To do
Using the records below, quote only the span that opens with the line containing "e2 v2 v3 LINE" and closes with the line containing "v11 (-114.3,15.875,-13.3223)", exactly and inclusively.

Supplied data
::::

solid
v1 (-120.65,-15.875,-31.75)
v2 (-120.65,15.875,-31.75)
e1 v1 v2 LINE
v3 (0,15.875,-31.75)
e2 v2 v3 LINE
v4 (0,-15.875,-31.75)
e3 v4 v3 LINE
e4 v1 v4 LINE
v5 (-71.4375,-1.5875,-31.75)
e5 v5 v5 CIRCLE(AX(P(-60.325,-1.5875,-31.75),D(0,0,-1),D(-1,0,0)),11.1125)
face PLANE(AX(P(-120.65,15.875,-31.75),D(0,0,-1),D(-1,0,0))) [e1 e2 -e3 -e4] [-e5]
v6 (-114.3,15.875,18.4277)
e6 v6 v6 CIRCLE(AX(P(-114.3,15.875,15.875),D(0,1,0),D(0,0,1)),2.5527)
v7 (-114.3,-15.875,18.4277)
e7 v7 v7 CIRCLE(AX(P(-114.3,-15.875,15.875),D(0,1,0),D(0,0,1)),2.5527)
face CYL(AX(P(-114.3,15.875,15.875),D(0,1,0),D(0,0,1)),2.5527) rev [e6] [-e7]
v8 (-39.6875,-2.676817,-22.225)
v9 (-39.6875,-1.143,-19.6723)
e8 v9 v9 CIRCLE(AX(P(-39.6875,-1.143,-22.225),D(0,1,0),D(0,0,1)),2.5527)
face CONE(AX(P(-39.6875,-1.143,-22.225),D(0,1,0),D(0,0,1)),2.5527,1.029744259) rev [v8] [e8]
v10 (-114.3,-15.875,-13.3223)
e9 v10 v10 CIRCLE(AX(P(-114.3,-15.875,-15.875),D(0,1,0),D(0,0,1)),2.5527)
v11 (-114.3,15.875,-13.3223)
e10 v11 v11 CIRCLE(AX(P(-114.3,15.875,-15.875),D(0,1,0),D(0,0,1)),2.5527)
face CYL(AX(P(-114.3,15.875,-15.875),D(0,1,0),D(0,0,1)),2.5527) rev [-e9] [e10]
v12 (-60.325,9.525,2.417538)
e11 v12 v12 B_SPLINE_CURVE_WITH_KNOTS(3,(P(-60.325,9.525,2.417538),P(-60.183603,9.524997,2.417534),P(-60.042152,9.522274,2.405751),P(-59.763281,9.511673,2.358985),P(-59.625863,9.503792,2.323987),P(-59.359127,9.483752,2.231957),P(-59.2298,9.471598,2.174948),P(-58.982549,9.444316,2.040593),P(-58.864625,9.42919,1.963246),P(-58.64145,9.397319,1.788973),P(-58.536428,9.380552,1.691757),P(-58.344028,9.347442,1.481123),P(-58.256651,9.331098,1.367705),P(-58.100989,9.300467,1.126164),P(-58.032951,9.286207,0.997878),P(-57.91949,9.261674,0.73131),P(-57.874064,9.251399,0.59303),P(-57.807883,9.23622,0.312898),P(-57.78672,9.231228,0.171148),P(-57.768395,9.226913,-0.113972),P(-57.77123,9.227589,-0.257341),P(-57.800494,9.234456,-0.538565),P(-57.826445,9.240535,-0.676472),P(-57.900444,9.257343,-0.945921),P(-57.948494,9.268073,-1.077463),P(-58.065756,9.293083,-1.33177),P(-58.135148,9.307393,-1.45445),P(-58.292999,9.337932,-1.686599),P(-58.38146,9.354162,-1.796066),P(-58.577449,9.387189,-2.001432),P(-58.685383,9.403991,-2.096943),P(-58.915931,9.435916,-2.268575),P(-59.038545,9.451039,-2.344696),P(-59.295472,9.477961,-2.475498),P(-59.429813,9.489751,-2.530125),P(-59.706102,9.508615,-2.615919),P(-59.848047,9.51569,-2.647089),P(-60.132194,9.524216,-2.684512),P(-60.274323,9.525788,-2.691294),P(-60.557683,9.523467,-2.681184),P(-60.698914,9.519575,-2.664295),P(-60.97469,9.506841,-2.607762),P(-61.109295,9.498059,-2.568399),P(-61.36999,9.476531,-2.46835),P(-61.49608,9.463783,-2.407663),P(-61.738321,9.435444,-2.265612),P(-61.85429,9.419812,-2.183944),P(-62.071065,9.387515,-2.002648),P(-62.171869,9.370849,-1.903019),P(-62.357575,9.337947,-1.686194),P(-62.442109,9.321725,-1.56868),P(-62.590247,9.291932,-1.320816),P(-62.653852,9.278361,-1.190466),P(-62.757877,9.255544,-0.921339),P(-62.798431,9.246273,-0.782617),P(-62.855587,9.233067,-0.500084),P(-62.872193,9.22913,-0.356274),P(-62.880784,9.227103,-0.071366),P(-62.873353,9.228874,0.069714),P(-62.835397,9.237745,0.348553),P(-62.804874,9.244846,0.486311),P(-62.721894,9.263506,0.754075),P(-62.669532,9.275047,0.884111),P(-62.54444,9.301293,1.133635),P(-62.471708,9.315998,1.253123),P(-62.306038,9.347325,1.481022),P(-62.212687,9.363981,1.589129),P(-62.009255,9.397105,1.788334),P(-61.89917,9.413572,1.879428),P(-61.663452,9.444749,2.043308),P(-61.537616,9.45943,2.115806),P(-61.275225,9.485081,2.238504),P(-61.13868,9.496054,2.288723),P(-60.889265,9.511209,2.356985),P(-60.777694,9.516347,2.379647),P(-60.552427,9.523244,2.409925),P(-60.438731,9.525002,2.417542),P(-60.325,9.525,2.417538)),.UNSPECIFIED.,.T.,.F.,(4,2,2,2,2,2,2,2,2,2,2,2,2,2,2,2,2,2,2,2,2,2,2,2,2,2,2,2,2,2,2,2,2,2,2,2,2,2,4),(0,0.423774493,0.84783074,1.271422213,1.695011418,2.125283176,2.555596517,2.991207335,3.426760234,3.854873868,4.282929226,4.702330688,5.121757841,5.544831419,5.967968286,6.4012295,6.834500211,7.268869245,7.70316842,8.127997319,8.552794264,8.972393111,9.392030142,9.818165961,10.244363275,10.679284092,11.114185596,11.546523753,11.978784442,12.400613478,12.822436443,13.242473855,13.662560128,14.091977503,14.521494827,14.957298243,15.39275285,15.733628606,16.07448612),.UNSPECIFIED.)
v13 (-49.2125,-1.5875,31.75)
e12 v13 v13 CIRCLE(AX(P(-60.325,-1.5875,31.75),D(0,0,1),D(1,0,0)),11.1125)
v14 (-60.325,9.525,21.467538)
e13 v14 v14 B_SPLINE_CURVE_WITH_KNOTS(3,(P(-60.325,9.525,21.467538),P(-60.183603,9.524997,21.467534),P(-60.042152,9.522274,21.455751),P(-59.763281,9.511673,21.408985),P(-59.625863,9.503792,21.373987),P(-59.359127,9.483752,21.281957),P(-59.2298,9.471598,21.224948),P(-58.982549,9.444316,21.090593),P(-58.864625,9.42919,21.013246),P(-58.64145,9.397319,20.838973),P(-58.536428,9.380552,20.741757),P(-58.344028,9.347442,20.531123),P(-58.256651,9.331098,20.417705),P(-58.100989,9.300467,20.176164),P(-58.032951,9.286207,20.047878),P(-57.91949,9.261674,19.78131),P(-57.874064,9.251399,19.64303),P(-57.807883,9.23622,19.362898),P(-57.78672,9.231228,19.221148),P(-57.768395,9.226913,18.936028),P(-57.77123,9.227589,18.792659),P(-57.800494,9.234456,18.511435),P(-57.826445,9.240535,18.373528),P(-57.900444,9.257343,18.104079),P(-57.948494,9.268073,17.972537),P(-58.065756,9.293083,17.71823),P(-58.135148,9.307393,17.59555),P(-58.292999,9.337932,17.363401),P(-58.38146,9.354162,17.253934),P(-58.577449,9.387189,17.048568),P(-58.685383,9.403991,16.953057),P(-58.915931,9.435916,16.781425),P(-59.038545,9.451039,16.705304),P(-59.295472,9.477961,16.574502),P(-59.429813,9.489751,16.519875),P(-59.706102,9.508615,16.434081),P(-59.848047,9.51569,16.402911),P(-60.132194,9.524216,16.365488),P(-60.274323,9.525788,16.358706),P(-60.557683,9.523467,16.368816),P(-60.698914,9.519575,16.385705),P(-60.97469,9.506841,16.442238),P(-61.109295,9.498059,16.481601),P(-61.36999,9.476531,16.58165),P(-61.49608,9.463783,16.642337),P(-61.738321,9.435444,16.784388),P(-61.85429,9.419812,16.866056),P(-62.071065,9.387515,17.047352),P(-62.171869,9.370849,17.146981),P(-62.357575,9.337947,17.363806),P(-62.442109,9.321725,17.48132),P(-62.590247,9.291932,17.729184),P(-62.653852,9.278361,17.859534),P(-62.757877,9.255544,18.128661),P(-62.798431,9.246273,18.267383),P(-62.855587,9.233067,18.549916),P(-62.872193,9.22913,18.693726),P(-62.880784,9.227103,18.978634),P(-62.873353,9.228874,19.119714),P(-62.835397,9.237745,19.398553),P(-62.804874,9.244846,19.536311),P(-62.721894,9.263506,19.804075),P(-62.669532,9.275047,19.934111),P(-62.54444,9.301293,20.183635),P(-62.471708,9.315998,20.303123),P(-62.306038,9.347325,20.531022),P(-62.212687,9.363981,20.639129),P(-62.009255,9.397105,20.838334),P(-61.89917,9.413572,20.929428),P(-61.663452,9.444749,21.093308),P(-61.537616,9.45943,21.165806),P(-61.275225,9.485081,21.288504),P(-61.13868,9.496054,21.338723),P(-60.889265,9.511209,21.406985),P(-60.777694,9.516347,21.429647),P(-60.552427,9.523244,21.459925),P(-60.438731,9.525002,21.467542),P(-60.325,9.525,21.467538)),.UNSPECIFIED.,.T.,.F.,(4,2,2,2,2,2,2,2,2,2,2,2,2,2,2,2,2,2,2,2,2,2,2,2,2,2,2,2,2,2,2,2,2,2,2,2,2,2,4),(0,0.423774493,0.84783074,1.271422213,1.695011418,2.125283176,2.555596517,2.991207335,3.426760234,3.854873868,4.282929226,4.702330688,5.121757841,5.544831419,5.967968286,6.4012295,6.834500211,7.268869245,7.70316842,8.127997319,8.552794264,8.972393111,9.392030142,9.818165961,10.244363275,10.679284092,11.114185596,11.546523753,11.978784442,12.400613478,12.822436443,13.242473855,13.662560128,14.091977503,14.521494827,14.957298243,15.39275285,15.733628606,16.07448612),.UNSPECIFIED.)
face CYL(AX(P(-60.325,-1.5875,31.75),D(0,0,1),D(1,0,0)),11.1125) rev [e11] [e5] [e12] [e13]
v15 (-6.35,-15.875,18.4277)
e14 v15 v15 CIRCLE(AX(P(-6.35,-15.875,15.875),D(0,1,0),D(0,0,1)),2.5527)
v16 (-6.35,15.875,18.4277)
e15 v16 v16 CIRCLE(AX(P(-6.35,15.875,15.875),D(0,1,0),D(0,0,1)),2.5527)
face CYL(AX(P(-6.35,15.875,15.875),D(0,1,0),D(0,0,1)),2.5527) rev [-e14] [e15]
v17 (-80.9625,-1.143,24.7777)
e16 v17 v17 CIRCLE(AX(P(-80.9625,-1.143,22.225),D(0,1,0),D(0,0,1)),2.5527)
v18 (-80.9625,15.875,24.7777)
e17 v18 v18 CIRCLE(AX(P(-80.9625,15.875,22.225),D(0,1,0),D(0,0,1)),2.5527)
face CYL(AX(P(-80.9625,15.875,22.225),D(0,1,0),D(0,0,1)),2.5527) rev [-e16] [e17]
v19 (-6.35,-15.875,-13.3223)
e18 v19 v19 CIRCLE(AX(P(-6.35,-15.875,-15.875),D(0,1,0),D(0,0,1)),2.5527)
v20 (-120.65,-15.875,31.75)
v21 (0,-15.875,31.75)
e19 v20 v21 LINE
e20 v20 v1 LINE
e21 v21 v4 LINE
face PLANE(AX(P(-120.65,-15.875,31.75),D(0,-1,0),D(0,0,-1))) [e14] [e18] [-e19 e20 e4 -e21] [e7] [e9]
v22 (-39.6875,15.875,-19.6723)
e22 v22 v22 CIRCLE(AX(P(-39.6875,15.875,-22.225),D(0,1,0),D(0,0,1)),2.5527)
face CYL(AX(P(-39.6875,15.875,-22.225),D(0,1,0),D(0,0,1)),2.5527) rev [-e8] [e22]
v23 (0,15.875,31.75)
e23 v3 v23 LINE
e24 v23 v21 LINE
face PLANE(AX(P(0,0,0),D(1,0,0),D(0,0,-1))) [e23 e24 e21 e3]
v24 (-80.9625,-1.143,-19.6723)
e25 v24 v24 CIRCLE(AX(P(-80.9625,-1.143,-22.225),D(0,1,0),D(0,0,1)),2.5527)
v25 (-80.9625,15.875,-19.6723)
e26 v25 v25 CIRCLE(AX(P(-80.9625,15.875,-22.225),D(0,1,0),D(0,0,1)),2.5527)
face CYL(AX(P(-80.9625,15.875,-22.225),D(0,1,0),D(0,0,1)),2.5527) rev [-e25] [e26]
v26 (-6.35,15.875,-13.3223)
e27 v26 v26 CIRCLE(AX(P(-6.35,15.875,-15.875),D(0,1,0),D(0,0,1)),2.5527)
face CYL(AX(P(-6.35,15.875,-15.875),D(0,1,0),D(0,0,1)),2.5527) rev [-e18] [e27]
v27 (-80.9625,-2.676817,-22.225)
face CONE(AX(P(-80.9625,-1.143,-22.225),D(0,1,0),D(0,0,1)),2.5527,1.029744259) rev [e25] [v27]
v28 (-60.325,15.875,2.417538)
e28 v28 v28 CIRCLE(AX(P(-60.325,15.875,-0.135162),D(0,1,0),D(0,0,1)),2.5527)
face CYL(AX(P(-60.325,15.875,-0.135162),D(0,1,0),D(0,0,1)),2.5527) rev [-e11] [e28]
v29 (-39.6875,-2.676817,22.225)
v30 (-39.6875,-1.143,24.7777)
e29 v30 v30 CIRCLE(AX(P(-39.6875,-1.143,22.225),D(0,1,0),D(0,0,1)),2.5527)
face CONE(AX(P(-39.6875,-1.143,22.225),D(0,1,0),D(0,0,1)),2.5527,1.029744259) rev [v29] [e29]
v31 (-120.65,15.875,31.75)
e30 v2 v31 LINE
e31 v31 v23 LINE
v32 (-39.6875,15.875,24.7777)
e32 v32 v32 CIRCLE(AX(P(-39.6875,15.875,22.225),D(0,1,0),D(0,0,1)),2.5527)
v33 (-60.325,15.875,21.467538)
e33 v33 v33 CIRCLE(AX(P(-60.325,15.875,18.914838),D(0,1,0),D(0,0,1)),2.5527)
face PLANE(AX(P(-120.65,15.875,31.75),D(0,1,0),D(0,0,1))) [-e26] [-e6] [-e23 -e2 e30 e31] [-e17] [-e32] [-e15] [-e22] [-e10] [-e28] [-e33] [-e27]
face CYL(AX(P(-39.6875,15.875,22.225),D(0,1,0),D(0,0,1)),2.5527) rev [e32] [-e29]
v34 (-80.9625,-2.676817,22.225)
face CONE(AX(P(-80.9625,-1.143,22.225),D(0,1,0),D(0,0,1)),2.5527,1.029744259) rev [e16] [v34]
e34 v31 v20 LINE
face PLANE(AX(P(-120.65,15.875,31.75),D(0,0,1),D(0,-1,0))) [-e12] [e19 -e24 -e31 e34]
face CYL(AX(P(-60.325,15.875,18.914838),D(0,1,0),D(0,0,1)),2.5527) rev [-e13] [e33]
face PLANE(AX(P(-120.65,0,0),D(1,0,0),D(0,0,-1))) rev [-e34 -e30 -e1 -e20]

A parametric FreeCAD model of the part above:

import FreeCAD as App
import Part
import Sketcher

V = App.Vector
Q = App.Units.Quantity


def add_polygon(sketch, points):
    """Adds a closed chain of lines whose ends are joined by coincident constraints."""
    first, n = sketch.GeometryCount, len(points)
    for a, b in zip(points, points[1:] + points[:1]):
        sketch.addGeometry(Part.LineSegment(App.Vector(*a, 0), App.Vector(*b, 0)), False)
    for i in range(n):
        sketch.addConstraint(Sketcher.Constraint("Coincident", first + i, 2, first + (i + 1) % n, 1))

doc = App.newDocument("Part")
body = doc.addObject("PartDesign::Body", "Body")

sketch1 = body.newObject("Sketcher::SketchObject", "Sketch")
sketch1.AttachmentSupport = (doc.getObject("YZ_Plane"), [""])
sketch1.MapMode = "FlatFace"
add_polygon(sketch1, [(16, 32), (-16, 32), (-16, -32), (16, -32)])
sketch1.addConstraint(Sketcher.Constraint("Horizontal", 0))
sketch1.addConstraint(Sketcher.Constraint("Vertical", 1))
sketch1.addConstraint(Sketcher.Constraint("Horizontal", 2))
sketch1.addConstraint(Sketcher.Constraint("Vertical", 3))
sketch1.addConstraint(Sketcher.Constraint("Symmetric", 0, 2, 2, 2, -1, 1))
sketch1.addConstraint(Sketcher.Constraint("DistanceY", 1, 2, 1, 1, Q("2.5 in")))
sketch1.addConstraint(Sketcher.Constraint("DistanceX", 0, 2, 0, 1, Q("1.25 in")))
pad1 = body.newObject("PartDesign::Pad", "Pad")
pad1.Profile = sketch1
pad1.Length = Q("4.75 in")
pad1.Reversed = True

::::

Answer to this problem
e2 v2 v3 LINE
v4 (0,-15.875,-31.75)
e3 v4 v3 LINE
e4 v1 v4 LINE
v5 (-71.4375,-1.5875,-31.75)
e5 v5 v5 CIRCLE(AX(P(-60.325,-1.5875,-31.75),D(0,0,-1),D(-1,0,0)),11.1125)
face PLANE(AX(P(-120.65,15.875,-31.75),D(0,0,-1),D(-1,0,0))) [e1 e2 -e3 -e4] [-e5]
v6 (-114.3,15.875,18.4277)
e6 v6 v6 CIRCLE(AX(P(-114.3,15.875,15.875),D(0,1,0),D(0,0,1)),2.5527)
v7 (-114.3,-15.875,18.4277)
e7 v7 v7 CIRCLE(AX(P(-114.3,-15.875,15.875),D(0,1,0),D(0,0,1)),2.5527)
face CYL(AX(P(-114.3,15.875,15.875),D(0,1,0),D(0,0,1)),2.5527) rev [e6] [-e7]
v8 (-39.6875,-2.676817,-22.225)
v9 (-39.6875,-1.143,-19.6723)
e8 v9 v9 CIRCLE(AX(P(-39.6875,-1.143,-22.225),D(0,1,0),D(0,0,1)),2.5527)
face CONE(AX(P(-39.6875,-1.143,-22.225),D(0,1,0),D(0,0,1)),2.5527,1.029744259) rev [v8] [e8]
v10 (-114.3,-15.875,-13.3223)
e9 v10 v10 CIRCLE(AX(P(-114.3,-15.875,-15.875),D(0,1,0),D(0,0,1)),2.5527)
v11 (-114.3,15.875,-13.3223)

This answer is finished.